What kinds of functions can we use for the \(h(X)\)s? Hastie, et al. give a number of examples in The Elements of Statistical Learning that should feel very familiar. If we take \(h_k(X) = x_k\) for each \(x_k\), we are back to regular old linear regression. A common extension to this is \(h_k(X) = \log(x_j)\), taking the log transform of one or more input variables. Again, we could use fancy functions like Fourier terms but we will save that for later.

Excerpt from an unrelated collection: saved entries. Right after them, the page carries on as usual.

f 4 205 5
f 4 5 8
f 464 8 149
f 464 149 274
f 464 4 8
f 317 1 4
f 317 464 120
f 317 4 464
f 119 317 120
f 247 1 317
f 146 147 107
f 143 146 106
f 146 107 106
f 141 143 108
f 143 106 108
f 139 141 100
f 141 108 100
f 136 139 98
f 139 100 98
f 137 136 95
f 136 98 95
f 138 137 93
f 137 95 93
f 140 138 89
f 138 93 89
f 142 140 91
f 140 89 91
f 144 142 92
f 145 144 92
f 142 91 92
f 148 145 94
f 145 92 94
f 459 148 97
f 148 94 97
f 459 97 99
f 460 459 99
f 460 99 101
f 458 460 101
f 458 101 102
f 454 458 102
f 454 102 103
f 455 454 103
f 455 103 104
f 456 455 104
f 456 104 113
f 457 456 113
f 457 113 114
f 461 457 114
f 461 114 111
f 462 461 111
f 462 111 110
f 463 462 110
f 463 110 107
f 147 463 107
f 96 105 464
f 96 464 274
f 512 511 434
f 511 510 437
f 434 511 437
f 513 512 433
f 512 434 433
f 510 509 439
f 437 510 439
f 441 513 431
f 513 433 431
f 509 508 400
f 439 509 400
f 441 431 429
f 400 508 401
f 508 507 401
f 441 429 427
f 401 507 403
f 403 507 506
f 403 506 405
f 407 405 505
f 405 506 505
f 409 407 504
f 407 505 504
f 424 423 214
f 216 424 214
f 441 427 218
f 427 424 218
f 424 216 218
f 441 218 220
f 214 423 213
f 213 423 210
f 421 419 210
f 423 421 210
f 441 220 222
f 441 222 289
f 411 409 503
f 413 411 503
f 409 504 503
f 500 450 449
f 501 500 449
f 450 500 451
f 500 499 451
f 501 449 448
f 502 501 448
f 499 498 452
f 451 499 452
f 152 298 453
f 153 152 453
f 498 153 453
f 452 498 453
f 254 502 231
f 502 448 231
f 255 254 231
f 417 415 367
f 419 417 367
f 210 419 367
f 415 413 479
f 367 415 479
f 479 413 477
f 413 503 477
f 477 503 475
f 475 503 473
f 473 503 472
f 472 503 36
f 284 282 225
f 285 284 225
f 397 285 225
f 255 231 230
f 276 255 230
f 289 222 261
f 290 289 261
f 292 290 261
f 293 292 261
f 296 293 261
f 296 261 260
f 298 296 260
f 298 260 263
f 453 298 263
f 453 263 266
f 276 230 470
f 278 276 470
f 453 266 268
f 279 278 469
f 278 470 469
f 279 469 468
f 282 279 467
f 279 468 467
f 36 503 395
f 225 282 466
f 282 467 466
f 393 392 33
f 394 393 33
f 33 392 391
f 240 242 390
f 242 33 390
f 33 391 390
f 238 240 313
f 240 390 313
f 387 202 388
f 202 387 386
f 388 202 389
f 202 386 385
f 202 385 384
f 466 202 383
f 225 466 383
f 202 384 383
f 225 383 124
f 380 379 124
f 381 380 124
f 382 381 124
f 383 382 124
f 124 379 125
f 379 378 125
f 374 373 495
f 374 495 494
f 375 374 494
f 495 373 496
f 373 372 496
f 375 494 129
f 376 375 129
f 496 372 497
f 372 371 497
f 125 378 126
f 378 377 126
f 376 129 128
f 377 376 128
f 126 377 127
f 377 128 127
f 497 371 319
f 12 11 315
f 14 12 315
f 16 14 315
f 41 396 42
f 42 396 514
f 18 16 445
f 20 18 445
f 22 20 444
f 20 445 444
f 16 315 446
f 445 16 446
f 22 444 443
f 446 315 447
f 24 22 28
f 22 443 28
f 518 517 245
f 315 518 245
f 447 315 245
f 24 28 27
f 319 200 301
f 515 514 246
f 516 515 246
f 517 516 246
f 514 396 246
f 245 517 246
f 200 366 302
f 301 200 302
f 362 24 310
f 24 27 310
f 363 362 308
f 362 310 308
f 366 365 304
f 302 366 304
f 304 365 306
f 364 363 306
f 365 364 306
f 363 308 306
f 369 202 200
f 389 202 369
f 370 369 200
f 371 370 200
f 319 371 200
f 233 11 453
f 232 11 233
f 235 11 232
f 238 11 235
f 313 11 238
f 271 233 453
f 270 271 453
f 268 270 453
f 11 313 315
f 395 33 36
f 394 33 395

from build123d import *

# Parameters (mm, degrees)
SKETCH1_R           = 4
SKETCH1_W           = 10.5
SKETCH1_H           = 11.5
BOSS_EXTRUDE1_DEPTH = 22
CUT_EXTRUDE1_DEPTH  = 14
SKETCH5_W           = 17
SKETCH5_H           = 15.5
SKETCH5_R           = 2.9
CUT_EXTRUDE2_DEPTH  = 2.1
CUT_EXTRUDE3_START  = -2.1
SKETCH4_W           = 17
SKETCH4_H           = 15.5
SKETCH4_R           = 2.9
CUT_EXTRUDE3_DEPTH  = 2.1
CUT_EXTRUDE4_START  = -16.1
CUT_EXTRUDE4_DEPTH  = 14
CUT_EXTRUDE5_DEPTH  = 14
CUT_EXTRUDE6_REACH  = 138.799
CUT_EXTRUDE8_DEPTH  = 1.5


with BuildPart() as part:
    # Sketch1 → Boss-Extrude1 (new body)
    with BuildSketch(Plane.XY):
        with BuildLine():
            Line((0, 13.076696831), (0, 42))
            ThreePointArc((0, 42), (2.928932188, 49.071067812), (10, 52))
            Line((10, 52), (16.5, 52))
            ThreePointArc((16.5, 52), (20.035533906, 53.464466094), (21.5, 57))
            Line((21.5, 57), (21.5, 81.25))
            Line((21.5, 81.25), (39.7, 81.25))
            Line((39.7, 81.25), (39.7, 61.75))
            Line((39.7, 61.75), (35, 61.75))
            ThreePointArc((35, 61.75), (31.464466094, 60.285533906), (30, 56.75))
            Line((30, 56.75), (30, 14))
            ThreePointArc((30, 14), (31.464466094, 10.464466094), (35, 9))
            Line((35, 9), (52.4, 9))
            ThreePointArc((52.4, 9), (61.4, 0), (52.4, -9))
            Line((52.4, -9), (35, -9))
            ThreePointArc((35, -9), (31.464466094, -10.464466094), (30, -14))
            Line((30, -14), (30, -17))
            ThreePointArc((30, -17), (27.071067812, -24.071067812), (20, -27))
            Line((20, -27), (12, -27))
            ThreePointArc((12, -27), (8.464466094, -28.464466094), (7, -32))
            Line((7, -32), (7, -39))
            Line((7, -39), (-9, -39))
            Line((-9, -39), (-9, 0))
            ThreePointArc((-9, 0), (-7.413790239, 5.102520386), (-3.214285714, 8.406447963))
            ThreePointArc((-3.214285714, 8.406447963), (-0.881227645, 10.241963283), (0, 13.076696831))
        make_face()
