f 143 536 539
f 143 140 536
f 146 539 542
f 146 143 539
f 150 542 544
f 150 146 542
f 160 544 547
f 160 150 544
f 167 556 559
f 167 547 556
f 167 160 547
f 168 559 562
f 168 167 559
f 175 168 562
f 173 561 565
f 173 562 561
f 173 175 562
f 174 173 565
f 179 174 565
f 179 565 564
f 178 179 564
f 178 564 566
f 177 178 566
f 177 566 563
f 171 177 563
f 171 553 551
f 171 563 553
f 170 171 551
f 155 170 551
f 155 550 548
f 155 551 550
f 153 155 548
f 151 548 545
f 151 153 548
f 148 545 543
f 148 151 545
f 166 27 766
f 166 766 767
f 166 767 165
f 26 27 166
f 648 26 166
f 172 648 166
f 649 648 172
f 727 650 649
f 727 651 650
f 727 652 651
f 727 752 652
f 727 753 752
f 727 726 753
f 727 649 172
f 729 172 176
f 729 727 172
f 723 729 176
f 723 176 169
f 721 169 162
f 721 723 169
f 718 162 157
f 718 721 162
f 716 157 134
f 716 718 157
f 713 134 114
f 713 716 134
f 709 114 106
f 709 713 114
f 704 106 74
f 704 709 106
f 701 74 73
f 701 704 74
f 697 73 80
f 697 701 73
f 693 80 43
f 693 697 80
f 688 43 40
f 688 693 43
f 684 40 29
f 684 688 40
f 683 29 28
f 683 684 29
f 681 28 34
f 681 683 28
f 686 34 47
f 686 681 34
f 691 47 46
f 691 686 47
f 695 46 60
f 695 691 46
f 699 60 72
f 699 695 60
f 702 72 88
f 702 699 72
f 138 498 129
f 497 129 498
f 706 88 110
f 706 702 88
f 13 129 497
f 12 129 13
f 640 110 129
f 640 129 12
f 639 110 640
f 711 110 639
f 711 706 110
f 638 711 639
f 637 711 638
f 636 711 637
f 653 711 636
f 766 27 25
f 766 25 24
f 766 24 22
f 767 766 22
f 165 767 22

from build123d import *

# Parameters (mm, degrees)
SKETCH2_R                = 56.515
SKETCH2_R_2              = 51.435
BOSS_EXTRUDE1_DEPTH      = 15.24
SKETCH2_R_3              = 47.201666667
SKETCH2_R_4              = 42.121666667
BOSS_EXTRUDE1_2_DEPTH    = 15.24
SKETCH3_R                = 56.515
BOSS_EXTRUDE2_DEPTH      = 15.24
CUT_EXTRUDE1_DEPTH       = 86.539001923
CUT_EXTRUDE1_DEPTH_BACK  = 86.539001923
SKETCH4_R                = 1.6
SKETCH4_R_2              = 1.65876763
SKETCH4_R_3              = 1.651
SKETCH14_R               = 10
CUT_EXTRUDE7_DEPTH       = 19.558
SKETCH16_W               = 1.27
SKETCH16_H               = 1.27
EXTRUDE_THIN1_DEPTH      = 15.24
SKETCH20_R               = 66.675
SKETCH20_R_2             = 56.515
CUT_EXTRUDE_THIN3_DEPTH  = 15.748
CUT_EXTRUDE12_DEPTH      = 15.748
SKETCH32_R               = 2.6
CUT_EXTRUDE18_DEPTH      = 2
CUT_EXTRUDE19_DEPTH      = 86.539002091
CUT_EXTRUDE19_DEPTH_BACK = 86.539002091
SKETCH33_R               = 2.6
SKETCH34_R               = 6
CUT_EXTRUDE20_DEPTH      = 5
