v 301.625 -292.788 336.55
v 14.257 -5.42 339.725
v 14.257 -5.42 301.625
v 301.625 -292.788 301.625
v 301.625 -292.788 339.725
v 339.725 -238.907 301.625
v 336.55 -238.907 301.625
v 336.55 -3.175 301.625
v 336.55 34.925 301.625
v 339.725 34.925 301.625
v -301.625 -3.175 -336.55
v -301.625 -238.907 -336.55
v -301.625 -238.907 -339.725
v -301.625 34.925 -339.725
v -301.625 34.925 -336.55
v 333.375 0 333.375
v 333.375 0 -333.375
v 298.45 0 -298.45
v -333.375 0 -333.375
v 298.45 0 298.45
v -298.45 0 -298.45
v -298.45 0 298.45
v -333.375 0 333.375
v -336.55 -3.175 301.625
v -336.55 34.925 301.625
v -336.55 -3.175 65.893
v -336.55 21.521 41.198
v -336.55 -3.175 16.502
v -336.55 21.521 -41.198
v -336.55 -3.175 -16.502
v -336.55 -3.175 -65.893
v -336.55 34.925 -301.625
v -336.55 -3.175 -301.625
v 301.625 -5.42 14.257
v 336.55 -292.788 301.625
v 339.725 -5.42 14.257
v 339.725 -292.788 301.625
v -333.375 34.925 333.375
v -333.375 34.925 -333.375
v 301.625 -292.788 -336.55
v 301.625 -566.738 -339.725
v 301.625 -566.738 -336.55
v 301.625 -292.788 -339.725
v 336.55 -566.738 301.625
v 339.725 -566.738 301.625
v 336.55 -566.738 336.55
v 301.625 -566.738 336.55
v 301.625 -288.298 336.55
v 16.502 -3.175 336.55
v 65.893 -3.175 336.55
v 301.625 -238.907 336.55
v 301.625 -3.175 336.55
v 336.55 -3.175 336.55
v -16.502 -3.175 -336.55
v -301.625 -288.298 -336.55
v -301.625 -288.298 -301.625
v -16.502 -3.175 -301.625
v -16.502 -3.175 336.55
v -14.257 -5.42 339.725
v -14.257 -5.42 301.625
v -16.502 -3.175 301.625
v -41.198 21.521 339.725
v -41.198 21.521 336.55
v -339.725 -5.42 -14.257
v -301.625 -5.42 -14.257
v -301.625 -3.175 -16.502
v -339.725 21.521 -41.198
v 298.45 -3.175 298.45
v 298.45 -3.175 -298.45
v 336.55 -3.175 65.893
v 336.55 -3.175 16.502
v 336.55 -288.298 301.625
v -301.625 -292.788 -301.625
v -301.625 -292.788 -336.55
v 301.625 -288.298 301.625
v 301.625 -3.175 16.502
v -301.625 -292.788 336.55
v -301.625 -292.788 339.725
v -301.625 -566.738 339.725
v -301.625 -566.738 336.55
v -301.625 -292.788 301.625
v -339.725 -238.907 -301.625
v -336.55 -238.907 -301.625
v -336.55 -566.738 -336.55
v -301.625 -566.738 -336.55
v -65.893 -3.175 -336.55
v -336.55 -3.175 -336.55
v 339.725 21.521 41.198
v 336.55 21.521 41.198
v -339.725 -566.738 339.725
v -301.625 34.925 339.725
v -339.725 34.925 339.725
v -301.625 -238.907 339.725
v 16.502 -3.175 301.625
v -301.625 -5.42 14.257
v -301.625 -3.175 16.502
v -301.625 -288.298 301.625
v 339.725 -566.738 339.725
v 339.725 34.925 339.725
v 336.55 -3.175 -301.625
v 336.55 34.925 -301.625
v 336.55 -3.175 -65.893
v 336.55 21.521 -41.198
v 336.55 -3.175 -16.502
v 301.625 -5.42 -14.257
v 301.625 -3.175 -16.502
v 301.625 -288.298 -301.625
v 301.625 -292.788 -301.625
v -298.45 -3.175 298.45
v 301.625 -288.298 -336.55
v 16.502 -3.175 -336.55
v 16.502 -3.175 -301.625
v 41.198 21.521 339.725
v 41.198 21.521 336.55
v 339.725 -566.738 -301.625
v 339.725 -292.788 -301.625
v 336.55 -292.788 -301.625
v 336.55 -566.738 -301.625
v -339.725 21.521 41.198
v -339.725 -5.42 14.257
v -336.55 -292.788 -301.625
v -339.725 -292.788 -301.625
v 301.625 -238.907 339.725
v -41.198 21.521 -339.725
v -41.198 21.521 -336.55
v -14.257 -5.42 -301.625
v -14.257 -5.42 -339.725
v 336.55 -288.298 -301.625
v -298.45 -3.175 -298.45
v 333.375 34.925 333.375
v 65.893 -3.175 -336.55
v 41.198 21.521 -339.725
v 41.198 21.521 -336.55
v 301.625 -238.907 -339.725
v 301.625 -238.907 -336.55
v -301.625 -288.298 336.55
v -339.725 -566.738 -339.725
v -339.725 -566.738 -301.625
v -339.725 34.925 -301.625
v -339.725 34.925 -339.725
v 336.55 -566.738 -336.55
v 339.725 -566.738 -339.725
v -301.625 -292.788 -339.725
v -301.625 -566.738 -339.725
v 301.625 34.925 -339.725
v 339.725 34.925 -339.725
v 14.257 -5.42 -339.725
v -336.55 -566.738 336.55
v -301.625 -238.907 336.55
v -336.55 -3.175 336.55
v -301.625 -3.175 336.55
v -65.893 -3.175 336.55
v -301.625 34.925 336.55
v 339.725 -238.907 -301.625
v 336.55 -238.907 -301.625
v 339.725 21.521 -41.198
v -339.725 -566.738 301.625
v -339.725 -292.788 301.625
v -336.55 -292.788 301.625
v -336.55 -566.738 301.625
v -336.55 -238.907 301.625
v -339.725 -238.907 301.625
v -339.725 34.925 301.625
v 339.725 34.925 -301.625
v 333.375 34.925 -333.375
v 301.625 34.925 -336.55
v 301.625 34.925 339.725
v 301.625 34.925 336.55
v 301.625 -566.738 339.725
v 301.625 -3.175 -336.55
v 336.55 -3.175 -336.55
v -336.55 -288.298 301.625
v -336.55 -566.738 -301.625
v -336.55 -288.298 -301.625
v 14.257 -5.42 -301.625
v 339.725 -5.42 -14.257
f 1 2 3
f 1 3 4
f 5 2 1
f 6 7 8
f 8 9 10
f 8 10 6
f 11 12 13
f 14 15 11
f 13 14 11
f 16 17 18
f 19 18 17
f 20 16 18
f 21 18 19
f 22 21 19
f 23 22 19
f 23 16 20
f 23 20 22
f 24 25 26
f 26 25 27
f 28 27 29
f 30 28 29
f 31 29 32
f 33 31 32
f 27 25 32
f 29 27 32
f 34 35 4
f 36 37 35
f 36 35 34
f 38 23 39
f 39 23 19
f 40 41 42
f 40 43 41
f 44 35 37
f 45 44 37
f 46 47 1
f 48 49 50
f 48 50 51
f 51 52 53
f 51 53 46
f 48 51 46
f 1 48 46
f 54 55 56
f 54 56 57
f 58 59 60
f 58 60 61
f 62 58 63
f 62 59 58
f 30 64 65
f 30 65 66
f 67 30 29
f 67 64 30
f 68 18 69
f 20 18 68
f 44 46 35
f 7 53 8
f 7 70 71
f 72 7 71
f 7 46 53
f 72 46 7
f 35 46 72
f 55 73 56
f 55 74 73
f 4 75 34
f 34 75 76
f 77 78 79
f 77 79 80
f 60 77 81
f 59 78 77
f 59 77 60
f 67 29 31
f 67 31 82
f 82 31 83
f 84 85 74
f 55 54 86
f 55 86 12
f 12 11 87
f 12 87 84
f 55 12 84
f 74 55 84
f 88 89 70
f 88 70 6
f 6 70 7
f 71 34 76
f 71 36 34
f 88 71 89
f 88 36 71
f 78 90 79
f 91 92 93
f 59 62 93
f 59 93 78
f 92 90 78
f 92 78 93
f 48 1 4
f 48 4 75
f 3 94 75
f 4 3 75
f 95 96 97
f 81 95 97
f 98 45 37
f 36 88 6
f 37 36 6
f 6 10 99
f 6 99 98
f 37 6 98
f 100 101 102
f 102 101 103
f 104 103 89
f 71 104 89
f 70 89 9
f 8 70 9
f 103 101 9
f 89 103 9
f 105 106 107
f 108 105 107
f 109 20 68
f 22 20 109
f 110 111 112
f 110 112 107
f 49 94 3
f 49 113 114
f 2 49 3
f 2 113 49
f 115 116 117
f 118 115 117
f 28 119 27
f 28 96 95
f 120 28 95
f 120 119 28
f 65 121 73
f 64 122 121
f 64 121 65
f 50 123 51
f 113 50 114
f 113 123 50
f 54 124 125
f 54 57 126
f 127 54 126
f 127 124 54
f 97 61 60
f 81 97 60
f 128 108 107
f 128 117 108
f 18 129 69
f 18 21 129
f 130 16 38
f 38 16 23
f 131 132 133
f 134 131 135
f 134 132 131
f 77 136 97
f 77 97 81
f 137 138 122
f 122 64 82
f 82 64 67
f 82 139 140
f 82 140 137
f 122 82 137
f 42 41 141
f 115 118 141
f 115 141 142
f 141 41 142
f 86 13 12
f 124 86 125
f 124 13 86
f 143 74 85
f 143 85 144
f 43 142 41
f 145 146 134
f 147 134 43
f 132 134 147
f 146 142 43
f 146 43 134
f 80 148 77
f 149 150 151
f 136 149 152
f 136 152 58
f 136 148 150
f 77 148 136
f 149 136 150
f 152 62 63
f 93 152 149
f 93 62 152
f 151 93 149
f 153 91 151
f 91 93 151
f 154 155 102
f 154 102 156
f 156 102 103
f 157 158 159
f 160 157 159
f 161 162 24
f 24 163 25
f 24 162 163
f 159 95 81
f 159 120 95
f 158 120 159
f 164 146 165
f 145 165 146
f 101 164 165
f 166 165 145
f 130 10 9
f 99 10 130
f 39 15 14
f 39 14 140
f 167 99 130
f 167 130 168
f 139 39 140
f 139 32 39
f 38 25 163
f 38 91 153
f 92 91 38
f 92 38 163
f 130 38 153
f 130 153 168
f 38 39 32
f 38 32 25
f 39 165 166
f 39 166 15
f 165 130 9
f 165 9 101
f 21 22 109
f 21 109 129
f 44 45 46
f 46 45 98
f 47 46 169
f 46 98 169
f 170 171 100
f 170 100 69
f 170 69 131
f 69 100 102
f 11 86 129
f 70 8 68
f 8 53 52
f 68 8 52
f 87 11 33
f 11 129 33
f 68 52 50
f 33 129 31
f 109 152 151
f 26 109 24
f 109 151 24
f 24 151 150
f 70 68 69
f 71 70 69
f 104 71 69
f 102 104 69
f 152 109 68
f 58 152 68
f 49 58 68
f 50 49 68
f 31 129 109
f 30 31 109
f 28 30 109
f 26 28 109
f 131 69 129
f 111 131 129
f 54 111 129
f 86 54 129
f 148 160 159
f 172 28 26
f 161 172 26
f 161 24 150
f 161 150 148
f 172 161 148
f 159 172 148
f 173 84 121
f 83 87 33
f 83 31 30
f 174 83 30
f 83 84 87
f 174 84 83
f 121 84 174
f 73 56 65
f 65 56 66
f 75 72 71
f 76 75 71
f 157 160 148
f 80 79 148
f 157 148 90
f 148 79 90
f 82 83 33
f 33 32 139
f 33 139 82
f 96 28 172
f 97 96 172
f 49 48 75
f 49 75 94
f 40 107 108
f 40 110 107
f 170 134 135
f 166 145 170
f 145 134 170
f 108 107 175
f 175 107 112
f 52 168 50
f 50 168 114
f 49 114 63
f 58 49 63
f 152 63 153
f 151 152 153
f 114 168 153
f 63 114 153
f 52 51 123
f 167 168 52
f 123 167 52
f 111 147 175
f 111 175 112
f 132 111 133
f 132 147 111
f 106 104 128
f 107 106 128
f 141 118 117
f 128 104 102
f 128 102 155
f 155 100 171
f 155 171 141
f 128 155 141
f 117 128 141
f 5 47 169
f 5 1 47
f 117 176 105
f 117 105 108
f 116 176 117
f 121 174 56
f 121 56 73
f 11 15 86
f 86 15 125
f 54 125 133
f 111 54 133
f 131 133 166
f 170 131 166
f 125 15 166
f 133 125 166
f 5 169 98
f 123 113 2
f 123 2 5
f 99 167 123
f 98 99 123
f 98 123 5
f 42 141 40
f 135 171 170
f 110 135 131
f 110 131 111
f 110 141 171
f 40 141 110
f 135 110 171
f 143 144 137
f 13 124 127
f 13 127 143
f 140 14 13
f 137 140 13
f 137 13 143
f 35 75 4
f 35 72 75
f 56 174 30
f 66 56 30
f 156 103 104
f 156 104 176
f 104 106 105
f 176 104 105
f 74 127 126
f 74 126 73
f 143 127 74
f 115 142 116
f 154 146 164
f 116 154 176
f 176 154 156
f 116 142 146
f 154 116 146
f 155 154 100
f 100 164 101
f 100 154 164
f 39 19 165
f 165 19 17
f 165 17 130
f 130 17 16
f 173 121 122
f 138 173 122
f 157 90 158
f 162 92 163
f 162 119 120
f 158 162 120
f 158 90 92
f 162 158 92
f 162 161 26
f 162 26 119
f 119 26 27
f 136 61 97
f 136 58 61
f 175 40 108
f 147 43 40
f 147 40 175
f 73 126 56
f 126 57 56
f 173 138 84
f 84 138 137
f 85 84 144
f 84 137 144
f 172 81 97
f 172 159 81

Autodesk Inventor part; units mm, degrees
ref_plane "YZ Plane" through (0, 0, 0) normal (1, 0, 0) x (0, 1, 0)
ref_plane "XZ Plane" through (0, 0, 0) normal (0, 1, 0) x (-1, 0, 0)
ref_plane "XY Plane" through (0, 0, 0) normal (0, 0, 1) x (1, 0, 0)
sketch "Sketch1" plane through (0, 0, 0) normal (0, 1, 0) x (-1, 0, 0)
  line L0 (0, -471.17) -> (0, 471.17) projected
  line L1 (471.17, 0) -> (-471.17, 0) projected
  line L2 (-333.375, 333.375) -> (333.375, 333.375)
  line L3 (333.375, 333.375) -> (333.375, -333.375)
  line L4 (333.375, -333.375) -> (-333.375, -333.375)
  line L5 (-333.375, -333.375) -> (-333.375, 333.375)
  line L6 (-298.45, 298.45) -> (298.45, 298.45)
  line L7 (298.45, 298.45) -> (298.45, -298.45)
  line L8 (298.45, -298.45) -> (-298.45, -298.45)
  line L9 (-298.45, -298.45) -> (-298.45, 298.45)
  line L10 (-336.55, 336.55) -> (336.55, 336.55)
  line L11 (336.55, 336.55) -> (336.55, -336.55)
  line L12 (336.55, -336.55) -> (-336.55, -336.55)
  line L13 (-336.55, -336.55) -> (-336.55, 336.55)
  point P0 (0, 0)
  dimension "d0" = 666.75
  dimension "d1" = 666.75
  dimension "d4" = 3.175
  dimension "d5" = 3.175
  dimension "d50" = 38.1
  dimension "d51" = 38.1
extrude "Extrusion1" add sketch "Sketch1" against normal blind 3.175 contours L12 L13 L1 L5 L4 L0 | L0 L4 L3 L1 L11 L12 | L4 L5 L1 L9 L8 L0 | L0 L8 L7 L1 L3 L4 | L1 L3 L2 L0 L10 L11 | L13 L10 L0 L2 L5 L1 | L1 L7 L6 L0 L2 L3 | L5 L2 L0 L6 L9 L1
extrude "Extrusion2" add sketch "Sketch1" along normal blind 34.925 contours L12 L13 L1 L5 L4 L0 | L0 L4 L3 L1 L11 L12 | L1 L3 L2 L0 L10 L11 | L13 L10 L0 L2 L5 L1
sketch "Sketch2" plane through (0, 34.925, 0) normal (0, 1, 0) x (1, 0, 0)
  line L0 (336.55, -336.55) -> (336.55, 336.55) projected
  line L1 (336.55, 336.55) -> (-336.55, 336.55) projected
  line L2 (301.625, 336.55) -> (336.55, 336.55)
  line L3 (339.725, 339.725) -> (301.625, 339.725)
  line L4 (301.625, 339.725) -> (301.625, 336.55)
  line L5 (339.725, 339.725) -> (339.725, 301.625)
  line L6 (339.725, 301.625) -> (336.55, 301.625)
  line L7 (336.55, 301.625) -> (336.55, 336.55)
  point P0 (0, 0)
  dimension "d10" = 3.175
  dimension "d15" = 3.175
  dimension "d52" = 38.1
  dimension "d53" = 38.1
extrude "Extrusion3" add sketch "Sketch2" against normal blind 601.6625
sketch "Sketch4" plane through (336.55, -3.175, 336.55) normal (1, 0, 0) x (0, 0, -1)
  line L0 (673.1, 0) -> (0, 0) projected
  line L1 (377.7476, 24.6957) -> (350.8068, -2.2451)
  line L2 (350.8068, -2.2451) -> (638.175, -289.6133)
  line L3 (638.175, -289.6133) -> (638.175, -235.7317)
  line L4 (638.175, -235.7317) -> (377.7476, 24.6957)
  line L5 (638.175, 38.1) -> (638.175, -563.5625) projected
  line L6 (676.275, -563.5625) -> (638.175, -563.5625) projected
  line L7 (353.0519, 0) -> (638.175, -285.1231)
  line L8 (353.0519, 0) -> (350.8068, -2.2451)
  line L9 (350.8068, -2.2451) -> (638.175, -289.6133)
  line L10 (638.175, -289.6133) -> (638.175, -285.1231)
  line L11 (638.175, -285.1231) -> (353.0519, 0)
  point P0 (336.55, 3.175)
  point P1 (676.275, -339.725)
  dimension "d23" = 38.1
  dimension "d28" = 3.175
  dimension "d47" = 45
  dimension "d49" = 406.4
extrude "Extrusion5" add sketch "Sketch4" against normal blind 34.925 contours L7 L3 L2 L1
extrude "Extrusion6" add sketch "Sketch4" along normal blind 3.175 contours L4 L3 L7 L0 | L0 L1 L4 | L7 L3 L2 L1
sketch "Sketch5" plane through (339.725, 34.925, -339.725) normal (0, 0, -1) x (-1, 0, 0)
  line L0 (38.1, 0) -> (38.1, -601.6625) projected
  line L1 (676.275, -38.1) -> (38.1, -38.1) projected
  line L2 (676.275, 0) -> (676.275, -38.1) projected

So what are the basis functions for splines? Let’s say we want to use cubic splines as these are the most common. As noted before, these are basically a cubic polynomial with additional conditions for continuity. The first part of a cubic spline basis is the regular polynomial basis: \(1, x, x^2, x^3\). Then we tack on a basis function of the form \[ h(x, \xi) = (x - \xi)_{+}^3 = \begin{cases} (x - \xi)^3 & \text{if } x > \xi \\ 0 & \text{if } x \le \xi. \end{cases} \] \(\xi\) stands for a knot. For each knot, we need to add one of these terms. The \(+\) means we only want to keep this term if \(x\) is larger than the knot \(\xi\). This takes care of the piecewise part, fitting a polynomial in a particular chunk of the data. Apparently, it also takes care of the continuity requirement. Let’s suppose were want to fit a cubic spline using two knots (as in the graphs we saw previously). Then the full set of basis functions would be \[ \begin{align*} h_1(X) &= 1 & h_2(X) &= X & h_3(X) &= X^2 \\ h_4(X) &= X^3 & h_5(X) &= (X - \xi_1)^3_{+} & h_6(X) &= (X - \xi_2)^3_{+}. \end{align*} \] If we wanted to use a degree \(d\) polynomial, then we would have \(1, X, ..., X^d\) along with \((X-\xi_1)^d_{+}\) and \((X-\xi_2)^d_{+}\). And if we wanted to include \(k\) knots we would also need to add \((X-\xi_i)^d_{+}\) for \(i = 3, 4, ..., k\).

### Recap

Let’s summarize what we’ve seen so far. We talked about the basic idea behind splines: split the data into chunks and fit polynomials, with smoothness conditions, to each chunk. We can think of splines as extending polynomial regression which we often see in the context of linear regression. More generally, we can apply a set of (non)linear functions to the model inputs and then fit a linear model to the result. Lastly, we talked a bit about the math behind this idea and what the basis functions are for cubic splines with 2 knots and degree \(d\) splines with any number of knots.

If you find yourself wanting more spline goodness, don’t fret. We will be taking a deeper dive into splines in the coming weeks. And of course, we will get to see splines in action when we start fitting them to some data.